Information supplied —
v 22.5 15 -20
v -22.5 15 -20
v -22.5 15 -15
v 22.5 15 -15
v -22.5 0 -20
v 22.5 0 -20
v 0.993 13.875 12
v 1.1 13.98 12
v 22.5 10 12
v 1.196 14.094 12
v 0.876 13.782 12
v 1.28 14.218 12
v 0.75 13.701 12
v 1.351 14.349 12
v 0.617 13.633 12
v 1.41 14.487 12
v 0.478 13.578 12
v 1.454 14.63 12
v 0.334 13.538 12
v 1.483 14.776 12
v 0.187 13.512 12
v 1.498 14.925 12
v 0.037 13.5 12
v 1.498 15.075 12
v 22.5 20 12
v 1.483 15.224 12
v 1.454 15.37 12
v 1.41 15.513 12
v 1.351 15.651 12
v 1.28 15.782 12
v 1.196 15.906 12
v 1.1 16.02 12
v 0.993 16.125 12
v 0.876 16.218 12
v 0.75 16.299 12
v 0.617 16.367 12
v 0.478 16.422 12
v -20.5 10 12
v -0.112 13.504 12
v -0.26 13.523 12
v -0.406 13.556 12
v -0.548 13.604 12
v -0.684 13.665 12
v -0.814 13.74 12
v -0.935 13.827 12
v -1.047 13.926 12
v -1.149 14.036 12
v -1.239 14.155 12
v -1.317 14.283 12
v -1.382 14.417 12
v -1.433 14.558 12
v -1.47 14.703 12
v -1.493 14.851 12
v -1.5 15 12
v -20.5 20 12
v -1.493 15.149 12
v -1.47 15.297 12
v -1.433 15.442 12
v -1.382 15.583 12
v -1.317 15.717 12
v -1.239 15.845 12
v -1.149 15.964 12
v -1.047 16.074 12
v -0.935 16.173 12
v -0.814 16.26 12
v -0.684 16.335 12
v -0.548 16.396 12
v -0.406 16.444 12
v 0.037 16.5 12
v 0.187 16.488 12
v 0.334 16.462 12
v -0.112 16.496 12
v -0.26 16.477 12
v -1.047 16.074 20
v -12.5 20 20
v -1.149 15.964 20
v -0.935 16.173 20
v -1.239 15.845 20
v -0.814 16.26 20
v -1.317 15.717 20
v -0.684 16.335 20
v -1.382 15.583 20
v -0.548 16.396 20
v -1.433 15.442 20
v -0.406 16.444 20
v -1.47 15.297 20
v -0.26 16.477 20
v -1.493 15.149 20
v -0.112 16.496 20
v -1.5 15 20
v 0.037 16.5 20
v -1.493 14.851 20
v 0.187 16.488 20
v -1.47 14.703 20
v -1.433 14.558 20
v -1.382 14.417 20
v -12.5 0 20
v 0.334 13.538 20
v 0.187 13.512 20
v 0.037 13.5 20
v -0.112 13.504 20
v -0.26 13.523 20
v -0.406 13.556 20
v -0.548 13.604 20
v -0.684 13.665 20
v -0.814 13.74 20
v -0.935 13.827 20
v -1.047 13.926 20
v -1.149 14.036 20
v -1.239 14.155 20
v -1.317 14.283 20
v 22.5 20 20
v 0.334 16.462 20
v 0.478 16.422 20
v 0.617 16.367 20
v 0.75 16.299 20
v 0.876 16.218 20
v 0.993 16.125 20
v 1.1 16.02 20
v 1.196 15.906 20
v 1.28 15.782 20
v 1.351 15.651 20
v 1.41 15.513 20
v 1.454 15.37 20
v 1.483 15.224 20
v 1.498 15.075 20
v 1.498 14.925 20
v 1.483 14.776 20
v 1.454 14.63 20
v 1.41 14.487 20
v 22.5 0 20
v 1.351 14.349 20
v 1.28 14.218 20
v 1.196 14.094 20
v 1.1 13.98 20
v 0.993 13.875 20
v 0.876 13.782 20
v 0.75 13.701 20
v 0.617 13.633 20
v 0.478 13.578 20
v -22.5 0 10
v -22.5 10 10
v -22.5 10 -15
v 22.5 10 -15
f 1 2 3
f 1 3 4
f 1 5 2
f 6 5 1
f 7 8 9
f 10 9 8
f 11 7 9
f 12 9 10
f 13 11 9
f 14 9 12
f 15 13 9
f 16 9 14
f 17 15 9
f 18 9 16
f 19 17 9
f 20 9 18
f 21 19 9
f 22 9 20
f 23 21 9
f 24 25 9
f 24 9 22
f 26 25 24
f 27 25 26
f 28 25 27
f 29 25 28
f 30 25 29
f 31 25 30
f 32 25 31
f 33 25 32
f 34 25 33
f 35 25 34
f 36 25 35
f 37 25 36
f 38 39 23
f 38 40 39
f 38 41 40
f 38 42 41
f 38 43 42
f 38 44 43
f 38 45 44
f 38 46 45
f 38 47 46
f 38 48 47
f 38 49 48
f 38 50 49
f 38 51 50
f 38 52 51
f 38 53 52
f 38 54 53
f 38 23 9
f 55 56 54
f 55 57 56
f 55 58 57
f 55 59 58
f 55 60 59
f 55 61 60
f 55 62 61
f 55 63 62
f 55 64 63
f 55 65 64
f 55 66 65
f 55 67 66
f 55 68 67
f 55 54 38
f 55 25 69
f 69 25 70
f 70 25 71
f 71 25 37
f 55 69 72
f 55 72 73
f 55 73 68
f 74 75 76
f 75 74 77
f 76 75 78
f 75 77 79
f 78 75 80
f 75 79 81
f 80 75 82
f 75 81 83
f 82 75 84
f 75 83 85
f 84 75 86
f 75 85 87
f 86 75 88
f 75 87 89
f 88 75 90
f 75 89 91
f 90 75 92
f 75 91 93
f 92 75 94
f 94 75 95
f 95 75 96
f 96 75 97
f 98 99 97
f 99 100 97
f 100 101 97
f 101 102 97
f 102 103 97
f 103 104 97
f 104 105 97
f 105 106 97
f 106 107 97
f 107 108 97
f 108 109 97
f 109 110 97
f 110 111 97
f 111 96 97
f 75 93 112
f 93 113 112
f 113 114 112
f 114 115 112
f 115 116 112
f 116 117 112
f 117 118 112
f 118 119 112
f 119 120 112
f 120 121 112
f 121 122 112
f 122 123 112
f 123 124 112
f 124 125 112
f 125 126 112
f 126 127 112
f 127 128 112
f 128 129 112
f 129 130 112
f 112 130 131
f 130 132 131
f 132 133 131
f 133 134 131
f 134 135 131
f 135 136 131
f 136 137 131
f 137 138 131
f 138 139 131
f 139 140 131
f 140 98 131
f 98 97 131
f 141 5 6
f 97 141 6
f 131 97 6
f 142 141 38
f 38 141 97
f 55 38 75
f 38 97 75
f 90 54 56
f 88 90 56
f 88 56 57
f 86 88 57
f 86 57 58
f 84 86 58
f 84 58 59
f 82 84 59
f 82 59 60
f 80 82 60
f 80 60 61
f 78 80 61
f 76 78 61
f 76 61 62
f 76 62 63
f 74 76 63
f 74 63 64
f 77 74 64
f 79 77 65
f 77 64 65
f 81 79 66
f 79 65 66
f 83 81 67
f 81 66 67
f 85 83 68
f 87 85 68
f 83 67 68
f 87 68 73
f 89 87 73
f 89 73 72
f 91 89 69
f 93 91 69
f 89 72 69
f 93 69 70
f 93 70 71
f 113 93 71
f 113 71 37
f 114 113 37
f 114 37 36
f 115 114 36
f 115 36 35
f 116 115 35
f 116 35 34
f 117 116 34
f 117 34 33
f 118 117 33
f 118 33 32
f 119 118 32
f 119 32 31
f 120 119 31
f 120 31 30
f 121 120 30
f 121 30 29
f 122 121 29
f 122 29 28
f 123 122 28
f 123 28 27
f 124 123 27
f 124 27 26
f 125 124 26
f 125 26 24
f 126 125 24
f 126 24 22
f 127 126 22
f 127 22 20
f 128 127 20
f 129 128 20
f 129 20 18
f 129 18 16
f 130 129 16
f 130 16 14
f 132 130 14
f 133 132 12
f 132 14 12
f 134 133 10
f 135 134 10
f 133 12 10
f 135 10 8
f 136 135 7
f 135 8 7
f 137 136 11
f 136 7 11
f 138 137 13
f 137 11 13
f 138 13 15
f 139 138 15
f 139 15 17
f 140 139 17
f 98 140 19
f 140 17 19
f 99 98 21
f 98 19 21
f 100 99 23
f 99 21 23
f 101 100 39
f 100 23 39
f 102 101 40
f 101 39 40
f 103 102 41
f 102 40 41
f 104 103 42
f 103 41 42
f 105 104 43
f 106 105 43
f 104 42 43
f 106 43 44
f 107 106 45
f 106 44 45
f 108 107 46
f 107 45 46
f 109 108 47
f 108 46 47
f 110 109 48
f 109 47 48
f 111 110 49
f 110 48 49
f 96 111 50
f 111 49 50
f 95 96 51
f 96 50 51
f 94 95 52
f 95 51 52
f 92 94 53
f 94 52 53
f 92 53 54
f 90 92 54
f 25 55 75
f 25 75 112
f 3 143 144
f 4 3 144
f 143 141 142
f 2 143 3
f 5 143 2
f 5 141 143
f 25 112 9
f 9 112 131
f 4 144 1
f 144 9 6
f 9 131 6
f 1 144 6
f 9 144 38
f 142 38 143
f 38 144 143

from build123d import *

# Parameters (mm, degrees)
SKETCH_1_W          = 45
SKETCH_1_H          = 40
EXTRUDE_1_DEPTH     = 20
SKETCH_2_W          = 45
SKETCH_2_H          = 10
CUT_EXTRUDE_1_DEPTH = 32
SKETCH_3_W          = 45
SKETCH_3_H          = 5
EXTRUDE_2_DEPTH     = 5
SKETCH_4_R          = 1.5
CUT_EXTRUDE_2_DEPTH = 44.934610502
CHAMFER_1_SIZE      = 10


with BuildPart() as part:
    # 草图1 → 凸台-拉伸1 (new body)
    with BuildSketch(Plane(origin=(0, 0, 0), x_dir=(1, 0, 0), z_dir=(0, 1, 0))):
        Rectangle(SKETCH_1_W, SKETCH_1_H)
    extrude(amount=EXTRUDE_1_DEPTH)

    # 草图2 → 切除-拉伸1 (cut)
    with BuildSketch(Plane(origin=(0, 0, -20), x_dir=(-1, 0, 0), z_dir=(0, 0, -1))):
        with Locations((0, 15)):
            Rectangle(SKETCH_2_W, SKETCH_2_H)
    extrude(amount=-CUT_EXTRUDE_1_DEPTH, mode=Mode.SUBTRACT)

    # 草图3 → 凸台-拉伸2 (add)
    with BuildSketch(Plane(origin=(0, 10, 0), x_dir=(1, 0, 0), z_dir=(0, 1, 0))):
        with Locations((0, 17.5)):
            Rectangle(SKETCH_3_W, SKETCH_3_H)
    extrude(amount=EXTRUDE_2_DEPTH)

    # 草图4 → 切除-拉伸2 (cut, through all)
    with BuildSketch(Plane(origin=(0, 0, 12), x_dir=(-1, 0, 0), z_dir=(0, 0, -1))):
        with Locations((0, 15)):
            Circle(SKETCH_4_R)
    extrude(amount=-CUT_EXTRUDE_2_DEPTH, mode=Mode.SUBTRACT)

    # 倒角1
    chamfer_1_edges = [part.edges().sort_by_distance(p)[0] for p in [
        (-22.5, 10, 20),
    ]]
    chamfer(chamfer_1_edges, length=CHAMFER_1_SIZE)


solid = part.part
---
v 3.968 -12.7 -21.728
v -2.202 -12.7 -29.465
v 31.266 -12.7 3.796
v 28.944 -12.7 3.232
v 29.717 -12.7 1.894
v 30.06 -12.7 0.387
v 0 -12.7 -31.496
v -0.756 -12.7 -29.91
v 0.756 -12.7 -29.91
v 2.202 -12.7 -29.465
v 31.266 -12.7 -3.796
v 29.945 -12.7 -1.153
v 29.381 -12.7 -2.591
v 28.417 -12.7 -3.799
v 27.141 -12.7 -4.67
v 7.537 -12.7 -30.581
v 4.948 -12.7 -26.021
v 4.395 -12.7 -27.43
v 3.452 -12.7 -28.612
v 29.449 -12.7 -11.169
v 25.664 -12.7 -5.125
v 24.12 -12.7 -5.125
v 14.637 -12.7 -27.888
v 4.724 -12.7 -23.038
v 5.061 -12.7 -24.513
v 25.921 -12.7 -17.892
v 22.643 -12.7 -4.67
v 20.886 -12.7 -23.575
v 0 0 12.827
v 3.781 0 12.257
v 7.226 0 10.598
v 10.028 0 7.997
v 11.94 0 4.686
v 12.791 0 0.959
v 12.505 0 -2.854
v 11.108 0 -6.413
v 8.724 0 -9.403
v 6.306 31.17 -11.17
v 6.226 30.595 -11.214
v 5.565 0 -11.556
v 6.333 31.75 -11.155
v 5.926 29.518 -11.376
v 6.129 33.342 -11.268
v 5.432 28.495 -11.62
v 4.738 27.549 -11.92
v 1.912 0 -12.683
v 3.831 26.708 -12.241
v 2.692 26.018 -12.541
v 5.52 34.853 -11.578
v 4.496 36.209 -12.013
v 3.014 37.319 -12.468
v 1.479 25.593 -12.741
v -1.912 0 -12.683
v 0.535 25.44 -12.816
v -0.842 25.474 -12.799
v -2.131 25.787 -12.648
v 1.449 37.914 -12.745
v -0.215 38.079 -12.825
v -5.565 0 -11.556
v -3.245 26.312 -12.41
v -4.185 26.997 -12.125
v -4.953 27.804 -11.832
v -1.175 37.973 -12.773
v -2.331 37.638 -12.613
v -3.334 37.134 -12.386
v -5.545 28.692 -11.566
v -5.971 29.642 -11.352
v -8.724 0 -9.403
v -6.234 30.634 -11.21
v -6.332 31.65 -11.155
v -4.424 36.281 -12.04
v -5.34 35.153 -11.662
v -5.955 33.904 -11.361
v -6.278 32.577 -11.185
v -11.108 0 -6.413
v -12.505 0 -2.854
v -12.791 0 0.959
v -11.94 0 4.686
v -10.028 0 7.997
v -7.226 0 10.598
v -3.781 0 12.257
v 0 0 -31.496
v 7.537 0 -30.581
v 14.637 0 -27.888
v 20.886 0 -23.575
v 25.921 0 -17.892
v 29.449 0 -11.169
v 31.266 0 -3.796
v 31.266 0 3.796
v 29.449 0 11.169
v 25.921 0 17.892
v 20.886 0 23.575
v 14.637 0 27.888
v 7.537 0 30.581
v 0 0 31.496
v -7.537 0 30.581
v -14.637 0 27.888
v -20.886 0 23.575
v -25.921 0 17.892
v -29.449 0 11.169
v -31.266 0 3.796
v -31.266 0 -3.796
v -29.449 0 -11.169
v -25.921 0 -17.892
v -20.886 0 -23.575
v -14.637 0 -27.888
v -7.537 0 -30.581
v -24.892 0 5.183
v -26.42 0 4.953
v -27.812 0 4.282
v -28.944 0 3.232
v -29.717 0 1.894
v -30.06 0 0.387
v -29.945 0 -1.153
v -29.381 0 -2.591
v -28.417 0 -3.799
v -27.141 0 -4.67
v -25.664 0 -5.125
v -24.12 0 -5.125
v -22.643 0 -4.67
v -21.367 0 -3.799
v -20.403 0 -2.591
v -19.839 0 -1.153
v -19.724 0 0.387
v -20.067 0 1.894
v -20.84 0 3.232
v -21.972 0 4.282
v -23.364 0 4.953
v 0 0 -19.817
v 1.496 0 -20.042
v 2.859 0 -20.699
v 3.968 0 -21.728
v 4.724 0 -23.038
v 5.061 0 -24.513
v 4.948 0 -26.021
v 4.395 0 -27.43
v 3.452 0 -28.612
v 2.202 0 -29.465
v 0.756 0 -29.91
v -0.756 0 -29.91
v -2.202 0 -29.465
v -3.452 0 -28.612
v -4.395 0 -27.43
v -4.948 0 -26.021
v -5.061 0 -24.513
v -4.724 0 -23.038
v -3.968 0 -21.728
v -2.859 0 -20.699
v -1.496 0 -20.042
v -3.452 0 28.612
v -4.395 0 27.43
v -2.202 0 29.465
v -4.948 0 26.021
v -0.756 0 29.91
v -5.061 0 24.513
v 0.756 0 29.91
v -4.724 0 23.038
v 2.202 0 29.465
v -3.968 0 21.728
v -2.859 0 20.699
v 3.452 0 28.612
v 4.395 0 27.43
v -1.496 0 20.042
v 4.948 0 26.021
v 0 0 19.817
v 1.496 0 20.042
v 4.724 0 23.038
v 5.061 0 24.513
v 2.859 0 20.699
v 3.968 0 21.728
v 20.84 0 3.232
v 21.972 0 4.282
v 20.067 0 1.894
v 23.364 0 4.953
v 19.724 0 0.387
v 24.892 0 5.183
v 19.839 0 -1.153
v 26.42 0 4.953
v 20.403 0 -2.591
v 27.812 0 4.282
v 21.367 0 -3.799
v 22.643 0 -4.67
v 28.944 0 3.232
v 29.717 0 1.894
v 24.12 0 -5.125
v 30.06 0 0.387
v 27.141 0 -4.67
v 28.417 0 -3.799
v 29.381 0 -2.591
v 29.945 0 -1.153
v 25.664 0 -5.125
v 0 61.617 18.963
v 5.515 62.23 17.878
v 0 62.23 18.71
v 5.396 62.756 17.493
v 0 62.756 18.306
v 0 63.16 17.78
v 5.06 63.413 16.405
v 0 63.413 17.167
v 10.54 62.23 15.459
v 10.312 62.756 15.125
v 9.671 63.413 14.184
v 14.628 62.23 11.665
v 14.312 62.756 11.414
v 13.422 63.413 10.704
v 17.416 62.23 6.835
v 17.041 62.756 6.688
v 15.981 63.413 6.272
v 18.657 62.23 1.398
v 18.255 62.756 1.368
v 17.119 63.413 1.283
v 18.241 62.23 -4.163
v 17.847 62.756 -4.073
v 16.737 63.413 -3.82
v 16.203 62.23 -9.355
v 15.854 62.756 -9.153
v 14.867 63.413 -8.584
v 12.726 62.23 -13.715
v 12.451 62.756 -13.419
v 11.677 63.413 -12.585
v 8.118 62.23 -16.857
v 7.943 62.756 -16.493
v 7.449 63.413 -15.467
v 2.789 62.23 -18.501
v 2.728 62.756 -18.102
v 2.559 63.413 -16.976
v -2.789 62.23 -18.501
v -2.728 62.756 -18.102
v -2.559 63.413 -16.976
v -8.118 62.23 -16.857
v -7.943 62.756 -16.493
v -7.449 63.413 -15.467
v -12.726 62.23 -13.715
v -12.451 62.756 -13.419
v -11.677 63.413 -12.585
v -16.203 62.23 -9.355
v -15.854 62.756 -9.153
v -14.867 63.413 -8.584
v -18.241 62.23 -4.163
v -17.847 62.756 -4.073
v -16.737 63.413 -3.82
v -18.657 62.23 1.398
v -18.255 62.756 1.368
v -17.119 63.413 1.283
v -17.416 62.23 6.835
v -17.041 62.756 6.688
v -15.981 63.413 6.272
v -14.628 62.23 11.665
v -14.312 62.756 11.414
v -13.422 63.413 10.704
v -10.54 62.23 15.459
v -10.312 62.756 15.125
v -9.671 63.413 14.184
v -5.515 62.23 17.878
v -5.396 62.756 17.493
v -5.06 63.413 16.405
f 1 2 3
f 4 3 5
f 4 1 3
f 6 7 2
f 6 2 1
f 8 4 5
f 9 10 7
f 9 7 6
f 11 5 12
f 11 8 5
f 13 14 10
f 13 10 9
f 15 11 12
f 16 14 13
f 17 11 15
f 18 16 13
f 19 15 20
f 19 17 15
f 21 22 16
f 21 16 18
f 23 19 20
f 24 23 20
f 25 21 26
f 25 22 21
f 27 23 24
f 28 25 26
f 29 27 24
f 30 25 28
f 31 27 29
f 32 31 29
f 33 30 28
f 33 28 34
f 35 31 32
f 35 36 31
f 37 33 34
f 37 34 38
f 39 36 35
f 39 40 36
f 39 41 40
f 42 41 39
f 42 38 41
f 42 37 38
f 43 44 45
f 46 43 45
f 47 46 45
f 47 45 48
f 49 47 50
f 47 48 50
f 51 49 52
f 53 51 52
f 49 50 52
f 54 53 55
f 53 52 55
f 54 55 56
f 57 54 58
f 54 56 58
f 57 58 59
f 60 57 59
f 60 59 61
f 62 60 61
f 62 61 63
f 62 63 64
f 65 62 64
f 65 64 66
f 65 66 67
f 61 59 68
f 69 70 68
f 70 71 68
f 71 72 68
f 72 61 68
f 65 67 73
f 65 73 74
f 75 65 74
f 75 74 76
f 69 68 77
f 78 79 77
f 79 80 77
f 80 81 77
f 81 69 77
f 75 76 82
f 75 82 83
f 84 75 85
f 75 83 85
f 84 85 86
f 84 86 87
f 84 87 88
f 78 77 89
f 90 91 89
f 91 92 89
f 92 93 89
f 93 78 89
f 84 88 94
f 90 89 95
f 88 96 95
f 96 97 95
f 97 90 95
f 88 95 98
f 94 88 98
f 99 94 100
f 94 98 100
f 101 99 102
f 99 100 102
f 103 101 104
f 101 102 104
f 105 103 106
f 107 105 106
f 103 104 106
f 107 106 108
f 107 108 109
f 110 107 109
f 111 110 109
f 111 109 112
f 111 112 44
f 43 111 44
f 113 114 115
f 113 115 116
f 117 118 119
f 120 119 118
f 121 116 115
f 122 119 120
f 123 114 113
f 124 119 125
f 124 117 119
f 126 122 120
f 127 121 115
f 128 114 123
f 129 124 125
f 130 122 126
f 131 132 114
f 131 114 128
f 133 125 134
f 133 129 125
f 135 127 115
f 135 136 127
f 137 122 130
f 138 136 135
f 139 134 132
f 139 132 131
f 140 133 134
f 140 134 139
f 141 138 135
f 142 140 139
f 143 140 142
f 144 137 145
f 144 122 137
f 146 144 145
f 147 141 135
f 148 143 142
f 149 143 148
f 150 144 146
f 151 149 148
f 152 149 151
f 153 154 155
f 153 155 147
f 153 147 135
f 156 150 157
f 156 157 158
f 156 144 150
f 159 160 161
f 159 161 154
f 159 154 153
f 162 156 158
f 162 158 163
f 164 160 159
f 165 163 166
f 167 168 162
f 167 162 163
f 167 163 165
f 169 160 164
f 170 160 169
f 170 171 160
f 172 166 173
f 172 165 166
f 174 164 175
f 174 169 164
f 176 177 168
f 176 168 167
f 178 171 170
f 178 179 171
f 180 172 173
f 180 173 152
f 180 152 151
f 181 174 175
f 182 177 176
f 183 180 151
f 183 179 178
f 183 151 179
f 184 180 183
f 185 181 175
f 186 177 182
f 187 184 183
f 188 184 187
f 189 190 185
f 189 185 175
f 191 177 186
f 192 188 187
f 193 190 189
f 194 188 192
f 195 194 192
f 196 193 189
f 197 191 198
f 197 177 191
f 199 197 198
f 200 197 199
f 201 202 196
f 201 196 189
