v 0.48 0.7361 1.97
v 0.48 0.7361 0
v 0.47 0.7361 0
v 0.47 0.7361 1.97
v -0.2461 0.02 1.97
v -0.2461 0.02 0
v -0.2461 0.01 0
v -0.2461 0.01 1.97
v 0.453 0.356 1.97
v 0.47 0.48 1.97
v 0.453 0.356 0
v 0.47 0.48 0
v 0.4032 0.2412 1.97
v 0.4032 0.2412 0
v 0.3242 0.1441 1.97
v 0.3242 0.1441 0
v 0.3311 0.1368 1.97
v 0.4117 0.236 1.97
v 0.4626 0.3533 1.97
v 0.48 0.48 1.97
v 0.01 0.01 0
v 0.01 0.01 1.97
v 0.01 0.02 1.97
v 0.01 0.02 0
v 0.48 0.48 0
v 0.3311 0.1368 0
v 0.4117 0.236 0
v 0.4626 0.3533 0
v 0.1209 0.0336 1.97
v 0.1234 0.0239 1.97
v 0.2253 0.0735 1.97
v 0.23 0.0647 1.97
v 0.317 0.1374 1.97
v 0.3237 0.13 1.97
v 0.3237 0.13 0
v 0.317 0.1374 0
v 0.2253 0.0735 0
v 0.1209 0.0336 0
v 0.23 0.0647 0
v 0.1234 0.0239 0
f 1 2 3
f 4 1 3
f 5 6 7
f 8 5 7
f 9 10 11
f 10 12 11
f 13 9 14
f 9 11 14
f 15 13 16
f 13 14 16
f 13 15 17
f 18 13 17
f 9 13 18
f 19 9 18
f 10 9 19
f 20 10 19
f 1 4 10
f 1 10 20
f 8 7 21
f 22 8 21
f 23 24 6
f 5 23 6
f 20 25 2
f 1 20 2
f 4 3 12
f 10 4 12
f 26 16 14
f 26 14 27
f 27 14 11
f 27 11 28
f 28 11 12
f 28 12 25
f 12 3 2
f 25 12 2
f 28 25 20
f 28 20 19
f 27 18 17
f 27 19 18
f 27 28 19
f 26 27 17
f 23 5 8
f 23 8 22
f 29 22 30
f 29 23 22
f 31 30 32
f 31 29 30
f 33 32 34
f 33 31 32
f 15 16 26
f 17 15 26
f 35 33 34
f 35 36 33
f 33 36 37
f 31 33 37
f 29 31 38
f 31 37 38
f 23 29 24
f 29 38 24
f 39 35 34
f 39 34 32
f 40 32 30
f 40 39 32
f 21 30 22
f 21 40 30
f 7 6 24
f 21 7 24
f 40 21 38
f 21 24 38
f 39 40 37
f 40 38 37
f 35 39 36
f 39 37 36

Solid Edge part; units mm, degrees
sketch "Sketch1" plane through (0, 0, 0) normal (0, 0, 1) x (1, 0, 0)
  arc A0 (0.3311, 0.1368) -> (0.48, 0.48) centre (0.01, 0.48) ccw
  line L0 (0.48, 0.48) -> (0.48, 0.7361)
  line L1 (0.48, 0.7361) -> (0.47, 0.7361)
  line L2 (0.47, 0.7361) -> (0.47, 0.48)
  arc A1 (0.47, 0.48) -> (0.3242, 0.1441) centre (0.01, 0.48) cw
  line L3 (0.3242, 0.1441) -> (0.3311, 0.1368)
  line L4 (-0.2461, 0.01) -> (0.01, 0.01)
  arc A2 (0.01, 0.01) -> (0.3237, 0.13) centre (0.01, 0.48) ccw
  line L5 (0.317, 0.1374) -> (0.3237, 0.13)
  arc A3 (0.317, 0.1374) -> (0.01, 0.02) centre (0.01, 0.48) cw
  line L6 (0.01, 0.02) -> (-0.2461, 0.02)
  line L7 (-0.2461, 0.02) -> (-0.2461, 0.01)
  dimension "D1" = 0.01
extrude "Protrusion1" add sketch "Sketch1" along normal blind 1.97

Work order — All that should be written out is the stretch of lines above between the one holding "v 22.5 15 -20" and the one holding "v -0.935 16.173 12", inclusive, exactly as given.

Reply to the exercise —
v 22.5 15 -20
v -22.5 15 -20
v -22.5 15 -15
v 22.5 15 -15
v -22.5 0 -20
v 22.5 0 -20
v 0.993 13.875 12
v 1.1 13.98 12
v 22.5 10 12
v 1.196 14.094 12
v 0.876 13.782 12
v 1.28 14.218 12
v 0.75 13.701 12
v 1.351 14.349 12
v 0.617 13.633 12
v 1.41 14.487 12
v 0.478 13.578 12
v 1.454 14.63 12
v 0.334 13.538 12
v 1.483 14.776 12
v 0.187 13.512 12
v 1.498 14.925 12
v 0.037 13.5 12
v 1.498 15.075 12
v 22.5 20 12
v 1.483 15.224 12
v 1.454 15.37 12
v 1.41 15.513 12
v 1.351 15.651 12
v 1.28 15.782 12
v 1.196 15.906 12
v 1.1 16.02 12
v 0.993 16.125 12
v 0.876 16.218 12
v 0.75 16.299 12
v 0.617 16.367 12
v 0.478 16.422 12
v -20.5 10 12
v -0.112 13.504 12
v -0.26 13.523 12
v -0.406 13.556 12
v -0.548 13.604 12
v -0.684 13.665 12
v -0.814 13.74 12
v -0.935 13.827 12
v -1.047 13.926 12
v -1.149 14.036 12
v -1.239 14.155 12
v -1.317 14.283 12
v -1.382 14.417 12
v -1.433 14.558 12
v -1.47 14.703 12
v -1.493 14.851 12
v -1.5 15 12
v -20.5 20 12
v -1.493 15.149 12
v -1.47 15.297 12
v -1.433 15.442 12
v -1.382 15.583 12
v -1.317 15.717 12
v -1.239 15.845 12
v -1.149 15.964 12
v -1.047 16.074 12
v -0.935 16.173 12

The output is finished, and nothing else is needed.